After I exported the feature-table and the taxanomy, I transformed them into excel-readable format and I noticed that they have different row number. The feature table was generated via dada2, and has 16610 rows, while taxanomy file has 16691 rows, there is a 81-row gap, and this really confused me. Also, now I am concerned that something was wrong during all my analysis, which scared me…
Great question! I think some more detective work is needed.
When you compare the names of the features in the two tables, are most of the names the same? What are the names of the specific 81 features missing from the taxonomy table?
I wonder if this could be an issue with features that were not assigned a taxonomy. Can you find logs from your taxonomy assignment step that might show which features could not be classified? If we can match up these names against the 81 missing features, we could confirm this is what happened!

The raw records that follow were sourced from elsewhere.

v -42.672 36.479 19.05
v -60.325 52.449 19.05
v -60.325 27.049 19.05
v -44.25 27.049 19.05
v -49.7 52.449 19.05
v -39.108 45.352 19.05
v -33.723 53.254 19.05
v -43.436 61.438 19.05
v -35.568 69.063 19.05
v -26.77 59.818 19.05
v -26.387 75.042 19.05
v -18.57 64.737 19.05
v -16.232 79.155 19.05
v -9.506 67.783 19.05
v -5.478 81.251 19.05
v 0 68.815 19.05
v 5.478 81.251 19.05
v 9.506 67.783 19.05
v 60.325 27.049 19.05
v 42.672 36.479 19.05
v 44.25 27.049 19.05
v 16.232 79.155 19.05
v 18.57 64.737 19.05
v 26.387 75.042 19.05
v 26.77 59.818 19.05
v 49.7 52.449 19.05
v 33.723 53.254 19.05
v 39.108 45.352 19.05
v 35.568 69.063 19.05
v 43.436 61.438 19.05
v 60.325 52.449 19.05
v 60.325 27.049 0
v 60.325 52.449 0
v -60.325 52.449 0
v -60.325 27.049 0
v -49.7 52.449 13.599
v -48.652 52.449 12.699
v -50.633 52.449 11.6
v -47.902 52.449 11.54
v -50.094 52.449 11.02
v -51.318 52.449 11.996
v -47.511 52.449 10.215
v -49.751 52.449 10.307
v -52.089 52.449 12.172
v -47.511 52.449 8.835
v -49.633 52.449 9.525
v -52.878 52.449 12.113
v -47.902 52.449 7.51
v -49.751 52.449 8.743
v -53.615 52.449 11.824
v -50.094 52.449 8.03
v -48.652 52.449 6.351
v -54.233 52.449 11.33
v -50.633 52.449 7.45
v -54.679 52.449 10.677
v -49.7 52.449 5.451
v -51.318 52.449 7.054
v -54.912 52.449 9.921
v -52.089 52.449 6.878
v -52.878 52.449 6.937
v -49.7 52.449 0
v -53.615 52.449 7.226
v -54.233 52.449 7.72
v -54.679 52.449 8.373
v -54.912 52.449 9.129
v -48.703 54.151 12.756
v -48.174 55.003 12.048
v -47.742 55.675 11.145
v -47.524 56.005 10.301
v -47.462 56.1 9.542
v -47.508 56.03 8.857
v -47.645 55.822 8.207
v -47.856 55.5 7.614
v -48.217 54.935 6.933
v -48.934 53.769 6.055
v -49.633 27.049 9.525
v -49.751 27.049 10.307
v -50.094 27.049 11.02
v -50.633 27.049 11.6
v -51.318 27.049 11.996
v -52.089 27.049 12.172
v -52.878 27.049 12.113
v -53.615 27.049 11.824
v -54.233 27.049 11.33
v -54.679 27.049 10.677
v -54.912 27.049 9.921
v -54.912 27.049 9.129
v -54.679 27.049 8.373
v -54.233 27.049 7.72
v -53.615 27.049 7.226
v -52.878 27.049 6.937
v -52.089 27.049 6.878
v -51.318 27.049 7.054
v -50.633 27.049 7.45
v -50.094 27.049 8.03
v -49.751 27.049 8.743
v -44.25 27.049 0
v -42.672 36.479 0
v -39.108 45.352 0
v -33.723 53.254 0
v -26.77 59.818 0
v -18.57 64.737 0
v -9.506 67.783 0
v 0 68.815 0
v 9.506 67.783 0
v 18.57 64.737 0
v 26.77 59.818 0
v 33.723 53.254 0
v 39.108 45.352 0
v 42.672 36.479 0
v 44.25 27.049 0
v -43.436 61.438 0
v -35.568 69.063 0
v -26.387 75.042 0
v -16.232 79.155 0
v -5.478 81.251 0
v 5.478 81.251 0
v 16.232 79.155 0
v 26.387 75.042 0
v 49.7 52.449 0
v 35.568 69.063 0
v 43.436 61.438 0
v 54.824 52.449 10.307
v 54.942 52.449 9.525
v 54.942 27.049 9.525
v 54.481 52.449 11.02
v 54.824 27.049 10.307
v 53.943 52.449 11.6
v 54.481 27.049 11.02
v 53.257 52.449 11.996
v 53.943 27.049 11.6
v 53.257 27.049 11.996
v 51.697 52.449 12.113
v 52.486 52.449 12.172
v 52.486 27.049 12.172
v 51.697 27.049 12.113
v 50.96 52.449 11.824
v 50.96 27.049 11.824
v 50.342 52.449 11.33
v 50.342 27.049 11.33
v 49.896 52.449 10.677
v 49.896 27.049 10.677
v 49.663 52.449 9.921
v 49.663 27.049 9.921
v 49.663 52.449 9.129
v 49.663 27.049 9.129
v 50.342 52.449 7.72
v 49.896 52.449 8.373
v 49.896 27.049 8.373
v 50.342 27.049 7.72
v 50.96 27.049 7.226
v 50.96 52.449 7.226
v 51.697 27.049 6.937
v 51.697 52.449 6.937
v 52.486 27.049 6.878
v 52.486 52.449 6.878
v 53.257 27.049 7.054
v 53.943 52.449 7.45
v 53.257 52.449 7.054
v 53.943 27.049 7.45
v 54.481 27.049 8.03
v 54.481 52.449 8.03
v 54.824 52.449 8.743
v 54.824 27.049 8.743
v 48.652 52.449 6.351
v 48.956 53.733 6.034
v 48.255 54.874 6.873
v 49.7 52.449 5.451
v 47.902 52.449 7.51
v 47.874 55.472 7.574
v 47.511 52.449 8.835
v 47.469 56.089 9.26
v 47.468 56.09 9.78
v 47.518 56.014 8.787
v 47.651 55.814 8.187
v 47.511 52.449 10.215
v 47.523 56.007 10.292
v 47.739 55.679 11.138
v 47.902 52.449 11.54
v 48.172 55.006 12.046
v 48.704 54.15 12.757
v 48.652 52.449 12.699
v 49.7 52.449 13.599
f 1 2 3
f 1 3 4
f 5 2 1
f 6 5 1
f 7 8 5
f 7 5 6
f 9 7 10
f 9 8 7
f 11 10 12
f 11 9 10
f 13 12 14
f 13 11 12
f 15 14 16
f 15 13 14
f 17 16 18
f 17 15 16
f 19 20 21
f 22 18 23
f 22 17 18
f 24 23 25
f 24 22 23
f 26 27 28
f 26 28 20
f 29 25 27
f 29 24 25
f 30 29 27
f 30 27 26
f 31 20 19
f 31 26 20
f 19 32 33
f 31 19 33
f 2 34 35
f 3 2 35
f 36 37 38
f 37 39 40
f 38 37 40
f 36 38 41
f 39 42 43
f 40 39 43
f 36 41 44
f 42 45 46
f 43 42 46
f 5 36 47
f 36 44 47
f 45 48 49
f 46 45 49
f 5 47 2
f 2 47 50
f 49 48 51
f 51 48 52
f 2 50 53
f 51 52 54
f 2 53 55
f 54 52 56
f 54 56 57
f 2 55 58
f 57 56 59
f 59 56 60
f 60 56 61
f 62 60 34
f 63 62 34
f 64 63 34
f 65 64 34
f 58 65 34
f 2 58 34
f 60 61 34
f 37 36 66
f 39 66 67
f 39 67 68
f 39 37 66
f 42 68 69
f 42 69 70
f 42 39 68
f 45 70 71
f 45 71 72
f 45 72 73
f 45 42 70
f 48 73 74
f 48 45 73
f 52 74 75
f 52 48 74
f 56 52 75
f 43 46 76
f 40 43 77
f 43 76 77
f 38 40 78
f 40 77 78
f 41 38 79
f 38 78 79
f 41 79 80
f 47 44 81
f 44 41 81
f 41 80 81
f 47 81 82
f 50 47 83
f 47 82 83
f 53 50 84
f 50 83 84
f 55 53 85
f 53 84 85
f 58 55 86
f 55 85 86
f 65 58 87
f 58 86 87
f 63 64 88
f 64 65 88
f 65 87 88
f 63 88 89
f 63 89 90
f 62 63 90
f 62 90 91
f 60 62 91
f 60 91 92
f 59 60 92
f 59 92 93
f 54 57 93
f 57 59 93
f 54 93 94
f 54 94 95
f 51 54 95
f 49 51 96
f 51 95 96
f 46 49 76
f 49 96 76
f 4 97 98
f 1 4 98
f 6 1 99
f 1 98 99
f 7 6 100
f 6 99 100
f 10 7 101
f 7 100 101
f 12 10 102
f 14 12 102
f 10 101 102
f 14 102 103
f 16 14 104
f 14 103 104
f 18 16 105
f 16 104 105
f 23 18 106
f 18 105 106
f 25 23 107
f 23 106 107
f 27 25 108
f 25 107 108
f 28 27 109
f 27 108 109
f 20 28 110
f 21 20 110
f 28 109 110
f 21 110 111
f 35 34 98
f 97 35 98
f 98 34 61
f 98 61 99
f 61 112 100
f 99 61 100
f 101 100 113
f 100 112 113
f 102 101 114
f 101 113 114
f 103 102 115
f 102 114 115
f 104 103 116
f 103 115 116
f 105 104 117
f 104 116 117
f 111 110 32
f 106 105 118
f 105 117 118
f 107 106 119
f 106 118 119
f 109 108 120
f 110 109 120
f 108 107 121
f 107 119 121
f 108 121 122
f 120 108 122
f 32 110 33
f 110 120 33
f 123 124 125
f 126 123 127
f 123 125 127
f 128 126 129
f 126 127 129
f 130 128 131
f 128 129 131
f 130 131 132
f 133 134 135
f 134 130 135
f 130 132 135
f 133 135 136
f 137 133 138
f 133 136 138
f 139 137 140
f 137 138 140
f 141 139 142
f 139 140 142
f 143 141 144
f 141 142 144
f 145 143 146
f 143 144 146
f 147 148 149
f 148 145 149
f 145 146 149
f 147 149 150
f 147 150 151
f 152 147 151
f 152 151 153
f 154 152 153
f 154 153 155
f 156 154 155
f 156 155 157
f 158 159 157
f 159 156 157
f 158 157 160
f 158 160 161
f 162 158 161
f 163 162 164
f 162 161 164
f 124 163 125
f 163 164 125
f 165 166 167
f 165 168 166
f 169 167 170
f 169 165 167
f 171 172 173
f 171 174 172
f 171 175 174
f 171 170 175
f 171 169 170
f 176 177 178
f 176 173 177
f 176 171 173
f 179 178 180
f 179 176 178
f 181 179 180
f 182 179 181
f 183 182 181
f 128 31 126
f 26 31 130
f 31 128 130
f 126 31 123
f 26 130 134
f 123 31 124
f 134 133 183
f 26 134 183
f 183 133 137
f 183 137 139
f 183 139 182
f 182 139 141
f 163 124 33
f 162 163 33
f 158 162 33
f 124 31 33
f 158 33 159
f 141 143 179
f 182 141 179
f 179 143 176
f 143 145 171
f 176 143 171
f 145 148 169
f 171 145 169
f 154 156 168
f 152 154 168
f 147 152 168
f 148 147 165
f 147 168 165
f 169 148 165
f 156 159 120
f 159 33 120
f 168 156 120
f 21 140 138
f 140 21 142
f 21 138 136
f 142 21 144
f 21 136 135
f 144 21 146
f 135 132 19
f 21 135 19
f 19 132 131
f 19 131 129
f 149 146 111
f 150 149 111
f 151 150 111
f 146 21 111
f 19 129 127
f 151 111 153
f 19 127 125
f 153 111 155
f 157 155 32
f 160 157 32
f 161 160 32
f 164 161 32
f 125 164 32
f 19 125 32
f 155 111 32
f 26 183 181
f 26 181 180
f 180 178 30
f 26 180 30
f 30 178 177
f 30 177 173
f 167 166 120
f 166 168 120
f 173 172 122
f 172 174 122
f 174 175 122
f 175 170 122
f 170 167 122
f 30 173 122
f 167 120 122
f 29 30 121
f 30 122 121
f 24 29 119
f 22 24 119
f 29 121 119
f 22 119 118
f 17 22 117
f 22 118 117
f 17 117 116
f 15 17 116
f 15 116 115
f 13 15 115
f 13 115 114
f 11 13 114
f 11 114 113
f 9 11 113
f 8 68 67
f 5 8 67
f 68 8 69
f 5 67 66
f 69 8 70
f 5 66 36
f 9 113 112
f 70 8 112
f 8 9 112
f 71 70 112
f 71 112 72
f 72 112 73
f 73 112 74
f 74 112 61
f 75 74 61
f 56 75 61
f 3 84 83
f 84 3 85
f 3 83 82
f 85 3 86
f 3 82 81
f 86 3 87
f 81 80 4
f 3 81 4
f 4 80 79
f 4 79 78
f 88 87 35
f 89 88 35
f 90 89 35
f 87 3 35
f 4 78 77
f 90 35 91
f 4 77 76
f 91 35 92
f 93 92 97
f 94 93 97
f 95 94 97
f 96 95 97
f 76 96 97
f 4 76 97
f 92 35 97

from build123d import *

# Parameters (mm, degrees)
F1_DEPTH = 19.05
F2_R     = 2.6543
F3_DEPTH = 54.466987
F4_R     = 4.826
F5_DEPTH = 39.878


with BuildPart() as f1:
    # F0 (on Top) → F1 (new body)
    with BuildSketch(Plane.XY):
        with BuildLine():
            ThreePointArc((-44.250161, 27.048605), (0, 68.814592), (44.250161, 27.048605))
            Line((44.250161, 27.048605), (60.325, 27.048605))
            Line((60.325, 27.048605), (60.325, 52.448605))
            Line((60.325, 52.448605), (49.699983, 52.448605))
            ThreePointArc((49.699983, 52.448605), (0, 81.514592), (-49.699983, 52.448605))
            Line((-49.699983, 52.448605), (-60.325, 52.448605))
            Line((-60.325, 52.448605), (-60.325, 27.048605))
            Line((-60.325, 27.048605), (-44.250161, 27.048605))
        make_face()
    extrude(amount=F1_DEPTH)

    # F2 (on face) → F3 (cut, through all)
    with BuildSketch(Plane.XZ.offset(-27.048605)):
        with Locations((-52.28758, 9.525)):
            Circle(F2_R)
        with Locations((52.287572, 9.525)):
            Circle(F2_R)
    extrude(amount=-F3_DEPTH, mode=Mode.SUBTRACT)

    # F4 (on face) → F5 (cut)
    with BuildSketch(Plane(origin=(0, 52.448605, 0), x_dir=(-1, 0, 0), z_dir=(0, 1, 0))):
        with Locations((-52.287572, 9.525)):
            Circle(F4_R)
        with Locations((52.28758, 9.525)):
            Circle(F4_R)
        with Locations((-52.287572, 79.375)):
            Circle(F4_R)
        with Locations((52.28758, 79.375)):
            Circle(F4_R)
    extrude(amount=F5_DEPTH, mode=Mode.SUBTRACT)


solid = f1.part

Hey @colinbrislawn, I think that @ziyan has more features in their FeatureData[Taxonomy] output than in their FeatureTable[Frequency], the opposite of what you are suggesting above. @ziyan, can you confirm that? Also, how many features are present in the FeatureData[Sequence] output used to generate the FeatureData[Taxonomy]? Would you be able to share some of these files with us?
Yes, @thermokarst that is correct, I have 16092 rows of the taxanomy file(sorry for the wrong number previously), and 16011 rows of the exported teature table, please see the pics for clear version.